Every sequel faces a challenge of living up to whatever came before it. The Sims 4 struggles with this more than most video games because the series has such a distinctive and successful history.
The shadow that The Sims 4 lives under came up in an unexpectedly candid way yesterday when I was speaking to Rachel Franklin, an executive producer on the game. We were talking about the new stuff that the game’s getting over the next few months. Most of these additions—swimming pools, ghost Sims, new careers—seem to address specific complaints that fans have had about where they find the new game lacking. Hearing Franklin describe the new ways that, say, ghosts will function in The Sims 4, I kept thinking back to the main criticisms I’ve seen bubble up online before the game had even been released. Given the intensity with which many fans have aired their grievances, it’s tempting to see anything that EA now does with The Sims 4 as a defensive, or reactive, gesture.
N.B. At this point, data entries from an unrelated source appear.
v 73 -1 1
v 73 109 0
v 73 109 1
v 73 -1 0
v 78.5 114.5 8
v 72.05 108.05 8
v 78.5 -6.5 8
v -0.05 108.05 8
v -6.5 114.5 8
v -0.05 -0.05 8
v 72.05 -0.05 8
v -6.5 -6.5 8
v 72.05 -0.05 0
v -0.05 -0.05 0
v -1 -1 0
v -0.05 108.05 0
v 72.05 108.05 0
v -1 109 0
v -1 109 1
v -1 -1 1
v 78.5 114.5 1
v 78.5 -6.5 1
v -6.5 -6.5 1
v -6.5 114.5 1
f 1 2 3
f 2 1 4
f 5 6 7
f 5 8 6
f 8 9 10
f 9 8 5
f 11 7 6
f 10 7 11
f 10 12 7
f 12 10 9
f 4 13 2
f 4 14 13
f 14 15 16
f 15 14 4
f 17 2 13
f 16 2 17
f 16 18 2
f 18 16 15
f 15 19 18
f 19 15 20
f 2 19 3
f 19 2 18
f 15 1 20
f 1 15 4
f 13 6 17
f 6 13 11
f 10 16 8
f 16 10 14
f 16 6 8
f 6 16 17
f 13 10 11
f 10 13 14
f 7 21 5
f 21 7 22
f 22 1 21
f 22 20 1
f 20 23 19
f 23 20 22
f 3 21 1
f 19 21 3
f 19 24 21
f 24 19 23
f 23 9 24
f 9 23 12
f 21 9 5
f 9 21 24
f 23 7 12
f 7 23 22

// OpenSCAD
// Generated by SolidPython 1.0.4 on 2021-01-19 17:41:29


union() {
	difference() {
		translate(v = [-1.0000000000, -1.0000000000, 0]) {
			cube(size = [74.0000000000, 110.0000000000, 8]);
		}
		translate(v = [-0.0500000000, -0.0500000000, 0]) {
			cube(size = [72.1000000000, 108.1000000000, 8]);
		}
	}
	translate(v = [0, 0, 1]) {
		difference() {
			translate(v = [-6.5000000000, -6.5000000000, 0]) {
				cube(size = [85.0000000000, 121.0000000000, 7]);
			}
			translate(v = [-1.0000000000, -1.0000000000, 0]) {
				cube(size = [74.0000000000, 110.0000000000, 7]);
			}
		}
	}
}
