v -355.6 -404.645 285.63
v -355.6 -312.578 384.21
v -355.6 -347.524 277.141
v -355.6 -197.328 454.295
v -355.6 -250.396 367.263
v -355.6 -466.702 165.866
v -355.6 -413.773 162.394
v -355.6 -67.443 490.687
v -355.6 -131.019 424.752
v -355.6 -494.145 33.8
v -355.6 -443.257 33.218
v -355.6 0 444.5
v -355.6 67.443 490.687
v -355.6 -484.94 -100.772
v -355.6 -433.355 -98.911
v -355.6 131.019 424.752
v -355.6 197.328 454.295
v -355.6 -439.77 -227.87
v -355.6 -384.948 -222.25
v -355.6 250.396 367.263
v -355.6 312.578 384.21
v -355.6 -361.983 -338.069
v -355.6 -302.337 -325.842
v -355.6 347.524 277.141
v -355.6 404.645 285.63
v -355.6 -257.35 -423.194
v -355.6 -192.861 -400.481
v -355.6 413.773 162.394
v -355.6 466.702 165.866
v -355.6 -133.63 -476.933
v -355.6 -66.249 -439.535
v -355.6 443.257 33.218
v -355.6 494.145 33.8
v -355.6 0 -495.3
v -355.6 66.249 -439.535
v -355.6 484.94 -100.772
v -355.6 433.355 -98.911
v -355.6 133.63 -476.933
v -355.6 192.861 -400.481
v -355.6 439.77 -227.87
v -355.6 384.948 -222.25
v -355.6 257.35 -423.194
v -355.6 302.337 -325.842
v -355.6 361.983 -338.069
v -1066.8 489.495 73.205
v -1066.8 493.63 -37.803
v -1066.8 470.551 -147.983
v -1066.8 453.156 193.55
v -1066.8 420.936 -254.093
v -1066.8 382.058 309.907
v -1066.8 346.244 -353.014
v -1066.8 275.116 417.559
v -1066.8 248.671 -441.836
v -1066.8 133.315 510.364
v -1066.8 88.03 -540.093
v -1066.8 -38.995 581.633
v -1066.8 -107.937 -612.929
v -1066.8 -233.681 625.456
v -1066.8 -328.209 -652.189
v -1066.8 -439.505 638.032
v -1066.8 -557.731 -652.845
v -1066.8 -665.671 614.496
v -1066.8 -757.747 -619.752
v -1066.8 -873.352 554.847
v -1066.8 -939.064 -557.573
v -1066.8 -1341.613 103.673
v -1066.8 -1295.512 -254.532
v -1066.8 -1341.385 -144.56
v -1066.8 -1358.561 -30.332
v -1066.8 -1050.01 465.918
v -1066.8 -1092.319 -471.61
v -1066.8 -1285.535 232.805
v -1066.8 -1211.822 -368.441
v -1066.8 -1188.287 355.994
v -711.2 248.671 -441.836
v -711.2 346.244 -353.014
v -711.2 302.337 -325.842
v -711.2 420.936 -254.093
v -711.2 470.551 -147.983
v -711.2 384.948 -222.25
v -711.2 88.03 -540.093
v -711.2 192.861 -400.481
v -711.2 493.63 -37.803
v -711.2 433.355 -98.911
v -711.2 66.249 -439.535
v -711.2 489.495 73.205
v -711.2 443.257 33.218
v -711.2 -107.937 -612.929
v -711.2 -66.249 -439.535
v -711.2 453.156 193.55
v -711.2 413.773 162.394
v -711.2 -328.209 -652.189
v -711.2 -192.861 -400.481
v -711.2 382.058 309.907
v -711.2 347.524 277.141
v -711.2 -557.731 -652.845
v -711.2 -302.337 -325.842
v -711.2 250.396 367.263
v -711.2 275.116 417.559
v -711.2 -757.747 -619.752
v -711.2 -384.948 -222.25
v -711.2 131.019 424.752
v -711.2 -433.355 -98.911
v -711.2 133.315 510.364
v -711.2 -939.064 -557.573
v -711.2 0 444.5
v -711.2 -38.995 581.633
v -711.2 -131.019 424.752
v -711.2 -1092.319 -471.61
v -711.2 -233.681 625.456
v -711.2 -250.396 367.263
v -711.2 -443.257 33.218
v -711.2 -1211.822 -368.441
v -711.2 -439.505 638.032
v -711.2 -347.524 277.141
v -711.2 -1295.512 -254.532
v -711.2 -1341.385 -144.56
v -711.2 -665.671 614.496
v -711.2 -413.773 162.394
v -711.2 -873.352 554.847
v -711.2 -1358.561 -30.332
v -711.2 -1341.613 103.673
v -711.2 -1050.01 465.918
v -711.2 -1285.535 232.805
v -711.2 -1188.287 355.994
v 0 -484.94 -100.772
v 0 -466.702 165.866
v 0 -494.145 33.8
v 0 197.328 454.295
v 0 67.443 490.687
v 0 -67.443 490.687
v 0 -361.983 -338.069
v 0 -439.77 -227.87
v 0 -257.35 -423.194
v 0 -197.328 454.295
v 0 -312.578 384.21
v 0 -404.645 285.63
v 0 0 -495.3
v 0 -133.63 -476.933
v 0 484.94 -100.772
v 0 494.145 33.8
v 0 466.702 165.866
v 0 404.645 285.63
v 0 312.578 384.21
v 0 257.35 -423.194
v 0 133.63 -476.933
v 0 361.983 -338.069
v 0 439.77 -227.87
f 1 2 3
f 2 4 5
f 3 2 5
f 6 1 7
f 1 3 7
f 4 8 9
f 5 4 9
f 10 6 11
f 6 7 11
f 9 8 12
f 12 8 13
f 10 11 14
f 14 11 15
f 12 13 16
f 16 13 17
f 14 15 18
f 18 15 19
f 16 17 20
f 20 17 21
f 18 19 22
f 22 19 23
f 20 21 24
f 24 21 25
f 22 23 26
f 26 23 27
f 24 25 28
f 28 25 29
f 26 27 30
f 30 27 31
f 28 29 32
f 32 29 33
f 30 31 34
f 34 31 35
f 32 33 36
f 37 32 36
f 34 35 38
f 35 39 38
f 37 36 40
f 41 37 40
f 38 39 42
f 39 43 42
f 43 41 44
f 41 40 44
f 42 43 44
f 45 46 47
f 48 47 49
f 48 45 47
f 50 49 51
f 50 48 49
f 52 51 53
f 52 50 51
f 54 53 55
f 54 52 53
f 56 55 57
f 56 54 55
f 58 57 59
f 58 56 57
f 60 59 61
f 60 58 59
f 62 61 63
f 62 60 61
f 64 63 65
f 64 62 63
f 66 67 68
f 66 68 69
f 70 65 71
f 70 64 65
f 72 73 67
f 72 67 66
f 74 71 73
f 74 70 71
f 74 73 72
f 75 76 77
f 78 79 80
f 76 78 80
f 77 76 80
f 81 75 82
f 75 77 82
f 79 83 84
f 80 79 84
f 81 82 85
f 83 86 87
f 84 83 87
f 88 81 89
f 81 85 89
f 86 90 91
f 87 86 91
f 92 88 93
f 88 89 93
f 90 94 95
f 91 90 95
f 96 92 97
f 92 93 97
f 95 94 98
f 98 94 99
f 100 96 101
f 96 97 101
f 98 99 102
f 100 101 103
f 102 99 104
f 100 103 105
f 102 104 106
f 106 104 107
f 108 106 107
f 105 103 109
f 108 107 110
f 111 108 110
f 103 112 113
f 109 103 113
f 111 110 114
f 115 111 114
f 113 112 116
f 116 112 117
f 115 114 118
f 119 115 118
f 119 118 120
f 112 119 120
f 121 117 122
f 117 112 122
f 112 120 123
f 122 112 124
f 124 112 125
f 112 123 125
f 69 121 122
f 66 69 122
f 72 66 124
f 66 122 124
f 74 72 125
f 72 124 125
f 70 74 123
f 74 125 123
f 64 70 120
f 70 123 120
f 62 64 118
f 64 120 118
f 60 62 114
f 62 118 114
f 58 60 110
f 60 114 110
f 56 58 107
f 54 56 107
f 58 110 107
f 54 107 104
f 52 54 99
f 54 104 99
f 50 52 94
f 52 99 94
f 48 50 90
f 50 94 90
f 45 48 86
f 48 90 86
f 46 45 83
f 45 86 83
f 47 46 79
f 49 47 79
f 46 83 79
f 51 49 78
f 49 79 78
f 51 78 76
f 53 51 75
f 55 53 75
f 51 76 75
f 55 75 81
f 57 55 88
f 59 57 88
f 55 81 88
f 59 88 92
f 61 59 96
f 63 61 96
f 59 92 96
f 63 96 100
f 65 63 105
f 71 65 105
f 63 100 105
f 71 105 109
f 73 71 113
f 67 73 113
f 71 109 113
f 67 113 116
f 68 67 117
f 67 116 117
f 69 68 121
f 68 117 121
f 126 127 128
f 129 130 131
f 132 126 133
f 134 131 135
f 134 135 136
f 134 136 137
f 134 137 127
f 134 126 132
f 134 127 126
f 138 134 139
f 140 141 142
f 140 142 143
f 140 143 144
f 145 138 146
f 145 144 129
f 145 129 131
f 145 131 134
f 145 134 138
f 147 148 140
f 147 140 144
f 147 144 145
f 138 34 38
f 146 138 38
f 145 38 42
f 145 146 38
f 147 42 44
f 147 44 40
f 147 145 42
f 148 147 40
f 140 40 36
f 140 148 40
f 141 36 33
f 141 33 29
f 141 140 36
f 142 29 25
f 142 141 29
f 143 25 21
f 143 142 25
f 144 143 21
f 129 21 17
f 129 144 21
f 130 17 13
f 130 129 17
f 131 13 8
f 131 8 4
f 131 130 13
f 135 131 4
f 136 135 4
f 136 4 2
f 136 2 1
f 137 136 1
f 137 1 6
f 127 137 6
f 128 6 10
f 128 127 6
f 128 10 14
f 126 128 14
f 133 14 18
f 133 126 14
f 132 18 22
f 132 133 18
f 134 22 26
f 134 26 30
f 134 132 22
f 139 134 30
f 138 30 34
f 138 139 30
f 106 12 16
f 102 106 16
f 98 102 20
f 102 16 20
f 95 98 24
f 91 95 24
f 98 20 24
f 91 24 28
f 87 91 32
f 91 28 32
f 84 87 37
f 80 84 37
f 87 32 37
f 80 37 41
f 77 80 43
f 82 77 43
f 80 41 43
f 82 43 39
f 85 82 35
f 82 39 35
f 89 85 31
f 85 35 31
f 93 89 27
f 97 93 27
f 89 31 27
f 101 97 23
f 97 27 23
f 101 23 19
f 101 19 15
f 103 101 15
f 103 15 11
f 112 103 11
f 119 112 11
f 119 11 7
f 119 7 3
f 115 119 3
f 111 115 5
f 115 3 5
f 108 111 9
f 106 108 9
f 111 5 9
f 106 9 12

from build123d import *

# Parameters (mm, degrees)
SKETCH1_R           = 495.3
BOSS_EXTRUDE1_DEPTH = 355.6
SKETCH2_R           = 444.5
BOSS_EXTRUDE2_DEPTH = 355.6
SKETCH3_RX          = 927.1
SKETCH3_RY          = 647.7
BOSS_EXTRUDE3_DEPTH = 355.6


with BuildPart() as part:
    # Sketch1 → Boss-Extrude1 (new body)
    with BuildSketch(Plane(origin=(0, 0, 0), x_dir=(0, 0, -1), z_dir=(1, 0, 0))):
        Circle(SKETCH1_R)
    extrude(amount=-BOSS_EXTRUDE1_DEPTH)

    # Sketch2 → Boss-Extrude2 (add)
    with BuildSketch(Plane.ZY.offset(355.6)):
        Circle(SKETCH2_R)
    extrude(amount=BOSS_EXTRUDE2_DEPTH)

    # Sketch3 → Boss-Extrude3 (add)
    with BuildSketch(Plane.ZY.offset(711.2)):
        with Locations(Location((-9.638351828, -431.692416165), (0, 0, -91.279024431))):
            Ellipse(SKETCH3_RX, SKETCH3_RY)
    extrude(amount=BOSS_EXTRUDE3_DEPTH)


solid = part.part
Towards the end of our conversation, I asked Franklin if the developer’s plans for future Sims 4 updates and expansions had shifted at all in response to the game’s…complicated reception. Her response was: yes and no.
“We always had a plan to have some paid and some free content,” Franklin said. “For these next three months, these will all be free content updates. So that’s always been our approach.”
“That said, we absolutely listen to our players,” she continued. “And we want feedback from our players, and respect what they’re saying. We try to incorporate that as quickly [as possible] and to the best of our abilities.”